With respect to the Highway Traffic Act Convictions and Joint Ventures, Justice Lack held that the convictions for careless driving and dangerous driving meant that at the time of the offences, Mr. Mihali and Mr. Nemes drove their motorcycles on a highway without due care and attention or without reasonable consideration for other persons using the highway. Their convictions were prima facie proof of their unlawful acts and of the essential facts that support each conviction. The convictions and underlying facts, however, were not prima facie proof of a joint venture, although they were evidence to be considered on that issue.  With respect to Causation and Joint Ventures, Justice Lack found that all three motorcyclists were engaged in a joint venture.  She concluded that although Mr. Werkmann was the one who was involved in the collision, the negligence of Mr. Mihali and Mr. Nemes was also significant in causing it.  Justice Lack found Mr. Mihali and Mr. Nemes were each 25% jointly and severally liable for the plaintiff’s damages and dismissed the claim against Security National Insurance Company on the basis that Mr. Mihali was insured at the time of the collision:

…the three cyclists were engaged in a joint venture to participate in activity that involved driving considerably in excess of the speed limit and breaking other rules of the road. They encouraged and incited one another to do so. Immediately before the collision Mr. Mihali’s action in pulling away at a high rate of speed from Mr. Werkmann implicitly incited Mr. Werkmann to drive at the speed he did in order to follow to Mr. Mihali’s home to get warm. In failing to remain at the scene of the accident, as anyone would whose friend had just been killed, the two cyclists left. I find that they did that because they were conscious of having been, in part, to blame for what had happened. The conduct of the trio in driving in the manner, in which they did, viewed objectively and subjectively, created a grave risk of death or injury to other users of the highway and the loss that Mr. Mallory suffered was within the ambit of that risk and was readily foreseeable by all of them.

Court of Appeal Decision:

The Defendant, Mihali is appealing the decision on 8 grounds, 6 of which are with respect to his liability.  The appeal on those grounds has yet to be perfected.  The 2 remaining grounds of Mr. Mihali’s appeal involved his insurance coverage.
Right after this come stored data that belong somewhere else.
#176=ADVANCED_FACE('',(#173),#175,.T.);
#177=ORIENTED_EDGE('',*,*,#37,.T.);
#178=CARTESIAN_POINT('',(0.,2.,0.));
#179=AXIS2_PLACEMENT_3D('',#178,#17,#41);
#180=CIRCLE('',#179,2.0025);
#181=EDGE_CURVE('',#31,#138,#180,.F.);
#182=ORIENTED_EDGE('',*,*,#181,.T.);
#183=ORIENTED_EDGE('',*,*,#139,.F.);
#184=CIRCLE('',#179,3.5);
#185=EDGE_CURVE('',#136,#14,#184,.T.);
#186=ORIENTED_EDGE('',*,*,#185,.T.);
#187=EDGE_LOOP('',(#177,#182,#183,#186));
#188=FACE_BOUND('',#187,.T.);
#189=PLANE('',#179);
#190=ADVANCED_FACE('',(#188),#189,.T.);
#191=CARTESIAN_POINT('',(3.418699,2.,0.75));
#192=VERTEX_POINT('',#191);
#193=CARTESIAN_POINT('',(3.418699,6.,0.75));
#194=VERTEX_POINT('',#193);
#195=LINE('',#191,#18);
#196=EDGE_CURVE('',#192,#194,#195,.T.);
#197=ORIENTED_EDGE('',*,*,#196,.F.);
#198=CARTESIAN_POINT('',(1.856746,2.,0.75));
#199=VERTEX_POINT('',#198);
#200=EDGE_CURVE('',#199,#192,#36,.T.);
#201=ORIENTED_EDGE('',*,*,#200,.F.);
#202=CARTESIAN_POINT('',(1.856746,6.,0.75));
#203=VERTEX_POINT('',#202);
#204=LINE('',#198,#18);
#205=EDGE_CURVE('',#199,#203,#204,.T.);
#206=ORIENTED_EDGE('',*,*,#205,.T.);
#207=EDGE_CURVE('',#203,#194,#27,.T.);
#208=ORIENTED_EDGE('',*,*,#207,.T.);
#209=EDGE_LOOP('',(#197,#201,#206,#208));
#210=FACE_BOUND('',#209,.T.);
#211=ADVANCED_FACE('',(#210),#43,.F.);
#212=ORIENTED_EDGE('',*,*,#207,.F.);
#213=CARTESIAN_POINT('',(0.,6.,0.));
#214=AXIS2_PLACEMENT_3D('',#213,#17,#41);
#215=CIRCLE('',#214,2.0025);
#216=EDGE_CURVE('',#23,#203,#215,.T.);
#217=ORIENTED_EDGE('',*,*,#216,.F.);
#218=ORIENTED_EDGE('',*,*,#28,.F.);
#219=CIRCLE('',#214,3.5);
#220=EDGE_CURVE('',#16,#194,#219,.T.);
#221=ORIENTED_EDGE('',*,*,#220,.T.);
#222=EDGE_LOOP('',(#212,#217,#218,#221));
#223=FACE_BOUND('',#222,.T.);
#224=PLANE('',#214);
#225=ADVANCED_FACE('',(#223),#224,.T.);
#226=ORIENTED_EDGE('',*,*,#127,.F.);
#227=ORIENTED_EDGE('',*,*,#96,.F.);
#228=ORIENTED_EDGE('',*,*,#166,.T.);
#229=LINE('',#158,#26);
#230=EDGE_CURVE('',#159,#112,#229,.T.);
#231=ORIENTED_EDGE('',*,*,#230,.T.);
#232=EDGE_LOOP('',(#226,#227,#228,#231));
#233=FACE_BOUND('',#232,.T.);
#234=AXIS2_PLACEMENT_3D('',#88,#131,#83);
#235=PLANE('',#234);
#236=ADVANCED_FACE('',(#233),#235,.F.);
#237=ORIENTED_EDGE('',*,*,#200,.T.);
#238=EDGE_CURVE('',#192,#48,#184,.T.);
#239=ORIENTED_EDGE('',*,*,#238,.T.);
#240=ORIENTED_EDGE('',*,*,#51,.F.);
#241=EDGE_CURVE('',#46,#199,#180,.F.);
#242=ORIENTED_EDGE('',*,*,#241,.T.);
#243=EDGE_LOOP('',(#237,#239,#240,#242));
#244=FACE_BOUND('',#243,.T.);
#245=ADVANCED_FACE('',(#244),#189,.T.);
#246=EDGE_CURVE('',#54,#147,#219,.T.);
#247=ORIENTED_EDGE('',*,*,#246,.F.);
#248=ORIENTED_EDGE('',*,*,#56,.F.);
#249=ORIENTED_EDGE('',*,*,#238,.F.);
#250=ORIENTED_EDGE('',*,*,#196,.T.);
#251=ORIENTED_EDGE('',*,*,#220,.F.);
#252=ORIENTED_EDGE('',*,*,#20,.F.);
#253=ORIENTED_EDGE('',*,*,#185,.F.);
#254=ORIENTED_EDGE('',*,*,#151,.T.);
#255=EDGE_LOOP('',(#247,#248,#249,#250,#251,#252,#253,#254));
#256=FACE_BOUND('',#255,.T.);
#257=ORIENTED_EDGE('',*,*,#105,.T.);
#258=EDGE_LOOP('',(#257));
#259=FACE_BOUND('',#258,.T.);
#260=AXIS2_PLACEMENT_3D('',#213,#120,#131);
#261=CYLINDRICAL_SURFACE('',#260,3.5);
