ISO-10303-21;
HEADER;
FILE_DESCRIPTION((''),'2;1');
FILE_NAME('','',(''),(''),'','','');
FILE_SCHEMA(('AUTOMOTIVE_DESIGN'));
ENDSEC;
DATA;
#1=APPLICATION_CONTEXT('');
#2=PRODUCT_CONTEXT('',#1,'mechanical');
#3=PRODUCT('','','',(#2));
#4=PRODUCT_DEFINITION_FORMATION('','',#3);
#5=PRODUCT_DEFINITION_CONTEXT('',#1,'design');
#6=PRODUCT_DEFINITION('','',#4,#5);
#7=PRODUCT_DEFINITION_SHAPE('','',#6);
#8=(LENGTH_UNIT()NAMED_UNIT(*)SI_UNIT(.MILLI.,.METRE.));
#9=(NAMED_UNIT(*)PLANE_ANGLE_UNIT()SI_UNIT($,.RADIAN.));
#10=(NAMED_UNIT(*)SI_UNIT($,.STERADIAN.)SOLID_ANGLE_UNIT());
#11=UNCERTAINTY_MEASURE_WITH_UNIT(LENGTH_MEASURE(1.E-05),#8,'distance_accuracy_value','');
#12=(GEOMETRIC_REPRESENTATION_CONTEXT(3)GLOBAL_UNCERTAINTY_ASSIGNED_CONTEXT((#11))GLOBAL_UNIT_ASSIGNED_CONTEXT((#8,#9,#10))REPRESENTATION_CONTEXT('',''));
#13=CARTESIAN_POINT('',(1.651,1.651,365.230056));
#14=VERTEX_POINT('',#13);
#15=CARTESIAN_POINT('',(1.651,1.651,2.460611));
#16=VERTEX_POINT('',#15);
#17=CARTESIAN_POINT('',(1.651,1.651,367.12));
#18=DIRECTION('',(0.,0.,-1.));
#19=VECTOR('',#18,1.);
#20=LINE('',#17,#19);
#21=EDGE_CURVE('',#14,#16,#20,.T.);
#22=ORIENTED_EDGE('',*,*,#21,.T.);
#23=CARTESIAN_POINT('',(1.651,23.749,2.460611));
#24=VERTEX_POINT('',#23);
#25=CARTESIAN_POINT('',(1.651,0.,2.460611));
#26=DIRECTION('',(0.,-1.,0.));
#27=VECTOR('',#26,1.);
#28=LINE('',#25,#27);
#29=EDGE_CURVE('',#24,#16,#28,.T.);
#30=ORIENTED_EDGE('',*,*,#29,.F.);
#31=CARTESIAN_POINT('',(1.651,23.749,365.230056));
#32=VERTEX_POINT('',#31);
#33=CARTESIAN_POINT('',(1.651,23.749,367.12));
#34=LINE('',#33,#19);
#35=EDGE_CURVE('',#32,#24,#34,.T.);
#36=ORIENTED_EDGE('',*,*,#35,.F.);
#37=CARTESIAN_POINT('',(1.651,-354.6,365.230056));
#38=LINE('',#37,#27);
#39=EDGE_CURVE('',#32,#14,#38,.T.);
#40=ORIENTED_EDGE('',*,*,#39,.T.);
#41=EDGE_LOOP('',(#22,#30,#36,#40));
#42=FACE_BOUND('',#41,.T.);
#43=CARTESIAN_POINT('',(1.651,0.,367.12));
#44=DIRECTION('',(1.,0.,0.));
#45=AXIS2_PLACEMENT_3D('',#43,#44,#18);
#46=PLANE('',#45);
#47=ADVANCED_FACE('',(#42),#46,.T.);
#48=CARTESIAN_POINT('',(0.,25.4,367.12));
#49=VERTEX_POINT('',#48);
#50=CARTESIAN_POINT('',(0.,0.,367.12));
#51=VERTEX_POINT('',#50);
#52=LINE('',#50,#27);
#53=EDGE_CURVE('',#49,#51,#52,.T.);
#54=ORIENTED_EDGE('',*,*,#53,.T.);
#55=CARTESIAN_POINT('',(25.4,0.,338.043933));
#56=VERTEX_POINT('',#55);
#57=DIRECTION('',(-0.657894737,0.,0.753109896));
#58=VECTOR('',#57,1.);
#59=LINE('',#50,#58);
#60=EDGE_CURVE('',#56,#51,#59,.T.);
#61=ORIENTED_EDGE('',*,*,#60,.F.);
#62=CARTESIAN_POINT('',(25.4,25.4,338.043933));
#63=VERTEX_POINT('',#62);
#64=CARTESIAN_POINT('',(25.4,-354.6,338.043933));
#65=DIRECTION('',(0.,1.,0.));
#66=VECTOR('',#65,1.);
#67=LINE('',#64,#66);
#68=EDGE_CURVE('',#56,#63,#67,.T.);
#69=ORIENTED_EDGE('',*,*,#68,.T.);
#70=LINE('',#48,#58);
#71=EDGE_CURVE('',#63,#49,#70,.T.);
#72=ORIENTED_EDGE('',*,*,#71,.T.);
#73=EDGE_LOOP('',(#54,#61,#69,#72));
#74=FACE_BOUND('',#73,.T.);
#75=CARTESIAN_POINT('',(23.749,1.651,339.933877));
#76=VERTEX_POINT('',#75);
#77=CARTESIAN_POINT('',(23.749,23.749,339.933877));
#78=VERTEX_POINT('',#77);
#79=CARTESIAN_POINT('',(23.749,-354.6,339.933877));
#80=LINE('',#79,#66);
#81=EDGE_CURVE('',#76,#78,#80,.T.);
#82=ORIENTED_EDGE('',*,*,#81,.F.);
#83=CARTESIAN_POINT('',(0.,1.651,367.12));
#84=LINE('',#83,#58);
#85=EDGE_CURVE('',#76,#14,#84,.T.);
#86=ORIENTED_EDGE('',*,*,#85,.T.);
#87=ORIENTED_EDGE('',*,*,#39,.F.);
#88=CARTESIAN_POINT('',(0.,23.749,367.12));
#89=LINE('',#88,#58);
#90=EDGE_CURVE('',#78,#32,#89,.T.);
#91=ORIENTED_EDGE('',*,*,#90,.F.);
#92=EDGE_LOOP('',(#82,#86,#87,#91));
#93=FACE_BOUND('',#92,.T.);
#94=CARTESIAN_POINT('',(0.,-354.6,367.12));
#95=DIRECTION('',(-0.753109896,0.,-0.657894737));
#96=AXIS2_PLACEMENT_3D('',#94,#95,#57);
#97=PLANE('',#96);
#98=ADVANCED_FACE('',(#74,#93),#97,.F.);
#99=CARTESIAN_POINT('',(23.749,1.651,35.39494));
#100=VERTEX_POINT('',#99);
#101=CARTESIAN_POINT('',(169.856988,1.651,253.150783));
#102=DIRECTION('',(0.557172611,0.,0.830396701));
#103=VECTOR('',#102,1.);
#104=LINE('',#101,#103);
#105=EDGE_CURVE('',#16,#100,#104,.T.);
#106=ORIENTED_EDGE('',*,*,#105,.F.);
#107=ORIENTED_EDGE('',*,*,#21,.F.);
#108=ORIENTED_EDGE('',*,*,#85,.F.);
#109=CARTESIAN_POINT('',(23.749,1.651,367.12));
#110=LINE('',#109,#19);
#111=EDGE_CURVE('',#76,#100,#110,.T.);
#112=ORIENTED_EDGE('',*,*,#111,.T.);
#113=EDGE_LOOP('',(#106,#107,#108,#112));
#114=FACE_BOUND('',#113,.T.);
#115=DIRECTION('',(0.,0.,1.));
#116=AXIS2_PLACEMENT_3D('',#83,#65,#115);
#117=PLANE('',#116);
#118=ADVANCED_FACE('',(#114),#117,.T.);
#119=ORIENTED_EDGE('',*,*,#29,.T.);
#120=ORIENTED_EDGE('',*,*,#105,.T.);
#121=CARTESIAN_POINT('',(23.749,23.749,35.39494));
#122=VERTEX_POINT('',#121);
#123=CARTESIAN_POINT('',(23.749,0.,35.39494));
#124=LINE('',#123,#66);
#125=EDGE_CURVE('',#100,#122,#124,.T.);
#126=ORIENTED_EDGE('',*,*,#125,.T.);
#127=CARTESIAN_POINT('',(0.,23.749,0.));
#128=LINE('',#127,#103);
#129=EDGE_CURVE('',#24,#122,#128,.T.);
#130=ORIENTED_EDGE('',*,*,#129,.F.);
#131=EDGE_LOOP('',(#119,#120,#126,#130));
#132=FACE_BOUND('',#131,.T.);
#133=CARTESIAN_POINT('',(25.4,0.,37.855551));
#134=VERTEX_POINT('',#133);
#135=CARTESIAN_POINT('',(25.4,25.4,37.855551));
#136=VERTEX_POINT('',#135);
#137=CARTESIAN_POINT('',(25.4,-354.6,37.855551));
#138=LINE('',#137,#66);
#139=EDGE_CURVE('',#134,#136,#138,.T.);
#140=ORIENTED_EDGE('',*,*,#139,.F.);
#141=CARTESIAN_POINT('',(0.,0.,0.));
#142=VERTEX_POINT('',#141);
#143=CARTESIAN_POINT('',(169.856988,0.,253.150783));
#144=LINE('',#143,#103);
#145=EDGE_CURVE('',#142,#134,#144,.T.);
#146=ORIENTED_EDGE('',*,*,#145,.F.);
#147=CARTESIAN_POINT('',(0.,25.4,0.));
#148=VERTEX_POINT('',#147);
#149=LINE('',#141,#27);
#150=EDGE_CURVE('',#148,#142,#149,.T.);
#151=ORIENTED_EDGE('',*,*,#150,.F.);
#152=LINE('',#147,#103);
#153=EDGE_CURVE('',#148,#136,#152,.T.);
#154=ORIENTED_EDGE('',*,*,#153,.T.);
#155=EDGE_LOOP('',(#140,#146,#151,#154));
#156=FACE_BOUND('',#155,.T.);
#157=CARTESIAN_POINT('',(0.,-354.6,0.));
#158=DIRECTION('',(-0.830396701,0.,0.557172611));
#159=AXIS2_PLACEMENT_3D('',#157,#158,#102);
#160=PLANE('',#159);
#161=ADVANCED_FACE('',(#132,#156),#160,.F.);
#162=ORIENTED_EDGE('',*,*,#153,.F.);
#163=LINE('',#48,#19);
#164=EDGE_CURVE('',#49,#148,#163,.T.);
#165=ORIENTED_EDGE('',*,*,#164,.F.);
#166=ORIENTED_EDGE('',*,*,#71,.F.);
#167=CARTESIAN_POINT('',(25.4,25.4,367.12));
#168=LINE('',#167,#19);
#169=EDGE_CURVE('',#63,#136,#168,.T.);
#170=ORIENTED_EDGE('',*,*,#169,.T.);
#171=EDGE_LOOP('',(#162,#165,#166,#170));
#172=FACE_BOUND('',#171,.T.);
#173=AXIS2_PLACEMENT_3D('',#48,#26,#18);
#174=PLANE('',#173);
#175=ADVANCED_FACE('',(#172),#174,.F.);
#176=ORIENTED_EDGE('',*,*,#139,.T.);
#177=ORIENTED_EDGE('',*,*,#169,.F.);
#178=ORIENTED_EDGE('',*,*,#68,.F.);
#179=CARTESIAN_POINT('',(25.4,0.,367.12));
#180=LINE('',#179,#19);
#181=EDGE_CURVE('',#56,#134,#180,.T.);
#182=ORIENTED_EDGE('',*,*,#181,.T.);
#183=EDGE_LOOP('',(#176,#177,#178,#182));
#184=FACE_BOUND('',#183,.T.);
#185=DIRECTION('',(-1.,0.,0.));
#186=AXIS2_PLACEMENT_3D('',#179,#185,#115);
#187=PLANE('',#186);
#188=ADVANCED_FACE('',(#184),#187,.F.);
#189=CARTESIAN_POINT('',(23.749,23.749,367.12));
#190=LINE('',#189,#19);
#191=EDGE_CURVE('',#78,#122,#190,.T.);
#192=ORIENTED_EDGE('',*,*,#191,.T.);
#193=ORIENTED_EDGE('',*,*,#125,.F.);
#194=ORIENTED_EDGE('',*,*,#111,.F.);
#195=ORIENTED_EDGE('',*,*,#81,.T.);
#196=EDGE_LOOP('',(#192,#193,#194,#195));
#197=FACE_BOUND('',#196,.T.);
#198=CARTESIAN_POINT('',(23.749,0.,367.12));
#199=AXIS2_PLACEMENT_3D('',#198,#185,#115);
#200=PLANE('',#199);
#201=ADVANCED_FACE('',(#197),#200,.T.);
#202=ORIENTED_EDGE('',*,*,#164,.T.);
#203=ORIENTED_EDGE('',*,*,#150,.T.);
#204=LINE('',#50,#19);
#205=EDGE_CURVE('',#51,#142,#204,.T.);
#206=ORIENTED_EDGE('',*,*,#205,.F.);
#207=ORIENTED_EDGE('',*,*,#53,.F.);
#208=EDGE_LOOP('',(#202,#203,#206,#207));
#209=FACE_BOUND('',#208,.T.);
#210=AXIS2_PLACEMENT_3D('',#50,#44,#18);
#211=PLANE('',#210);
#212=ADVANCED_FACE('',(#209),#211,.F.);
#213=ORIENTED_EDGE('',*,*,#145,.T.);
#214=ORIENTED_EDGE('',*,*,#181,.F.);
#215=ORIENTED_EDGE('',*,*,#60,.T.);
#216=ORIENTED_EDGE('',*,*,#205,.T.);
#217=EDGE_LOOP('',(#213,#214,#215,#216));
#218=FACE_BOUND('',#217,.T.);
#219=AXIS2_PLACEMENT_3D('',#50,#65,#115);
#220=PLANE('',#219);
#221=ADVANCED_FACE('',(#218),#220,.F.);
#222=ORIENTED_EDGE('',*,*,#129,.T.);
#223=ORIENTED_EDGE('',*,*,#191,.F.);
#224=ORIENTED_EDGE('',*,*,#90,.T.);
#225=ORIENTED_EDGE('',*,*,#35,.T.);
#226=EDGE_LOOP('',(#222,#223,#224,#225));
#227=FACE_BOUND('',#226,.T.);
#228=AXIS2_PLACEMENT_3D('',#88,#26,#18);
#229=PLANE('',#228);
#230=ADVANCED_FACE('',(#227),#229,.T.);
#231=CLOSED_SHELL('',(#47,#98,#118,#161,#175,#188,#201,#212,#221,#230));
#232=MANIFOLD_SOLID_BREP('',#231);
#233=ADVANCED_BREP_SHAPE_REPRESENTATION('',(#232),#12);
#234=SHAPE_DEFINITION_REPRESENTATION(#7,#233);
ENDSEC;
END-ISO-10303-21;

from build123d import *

# Parameters (mm, degrees)
SKETCH1_W           = 25.4
SKETCH1_H           = 25.4
BOSS_EXTRUDE1_DEPTH = 367.12
CUT_EXTRUDE1_DEPTH  = 380
CUT_EXTRUDE2_DEPTH  = 380
SHELL1_T            = -1.651


with BuildPart() as part:
    # Sketch1 → Boss-Extrude1 (new body)
    with BuildSketch(Plane.XY):
        with Locations((12.7, 12.7)):
            Rectangle(SKETCH1_W, SKETCH1_H)
    extrude(amount=BOSS_EXTRUDE1_DEPTH)

    # Sketch2 → Cut-Extrude1 (cut)
    with BuildSketch(Plane(origin=(0, 25.4, 0), x_dir=(1, 0, 0), z_dir=(0, 1, 0))):
        Polygon((0, 0), (25.4, -37.855551052), (25.4, 0), align=None)
    extrude(amount=-CUT_EXTRUDE1_DEPTH, mode=Mode.SUBTRACT)

    # Sketch3 → Cut-Extrude2 (cut)
    with BuildSketch(Plane(origin=(0, 25.4, 0), x_dir=(1, 0, 0), z_dir=(0, 1, 0))):
        Polygon((0, -367.12), (25.4, -338.043933141), (25.4, -367.12), align=None)
    extrude(amount=-CUT_EXTRUDE2_DEPTH, mode=Mode.SUBTRACT)

    # Shell1
    shell1_openings = [part.faces().sort_by_distance(p)[0] for p in [
        (12.7, 12.7, 18.927775526),
        (12.7, 12.7, 352.58196657),
    ]]
    offset(amount=SHELL1_T, openings=shell1_openings, kind=Kind.INTERSECTION)


solid = part.part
Motion before Chief Justice Strathy:

Two motions were brought before Chief Justice of Ontario Strathy with respect to the grounds of appeal on Mihali’s insurance coverage.   Security National moved to remove counsel acting for Mr. Mihali on the ground of a conflict of interest for raising coverage issues.  Royal & Sun Alliance Insurance Company (“RSA”), Mr. Mihali’s insurer, moved to intervene as an added party to speak to the issues of insurance coverage at the appeal.  Chief Justice of Ontario Strathy agreed there was now a conflict between the interests of Mr. Mihali and the interest of the insurer:  “the inclusion of these grounds gives rise to the inescapable conclusion that defence counsel was acting on the instruction of the insurer to advance a ground of appeal contrary to the interest of the insured”.  Mr. Mihili’s counsel and his firm were removed from representing him any further.  Chief Justice of Ontario Strathy dismissed RSA’s motion to intervene to speak to coverage issues, in part because they provided no authority for an intervention in these circumstances and in part for their delay in dealing with the coverage issues so late in the proceedings.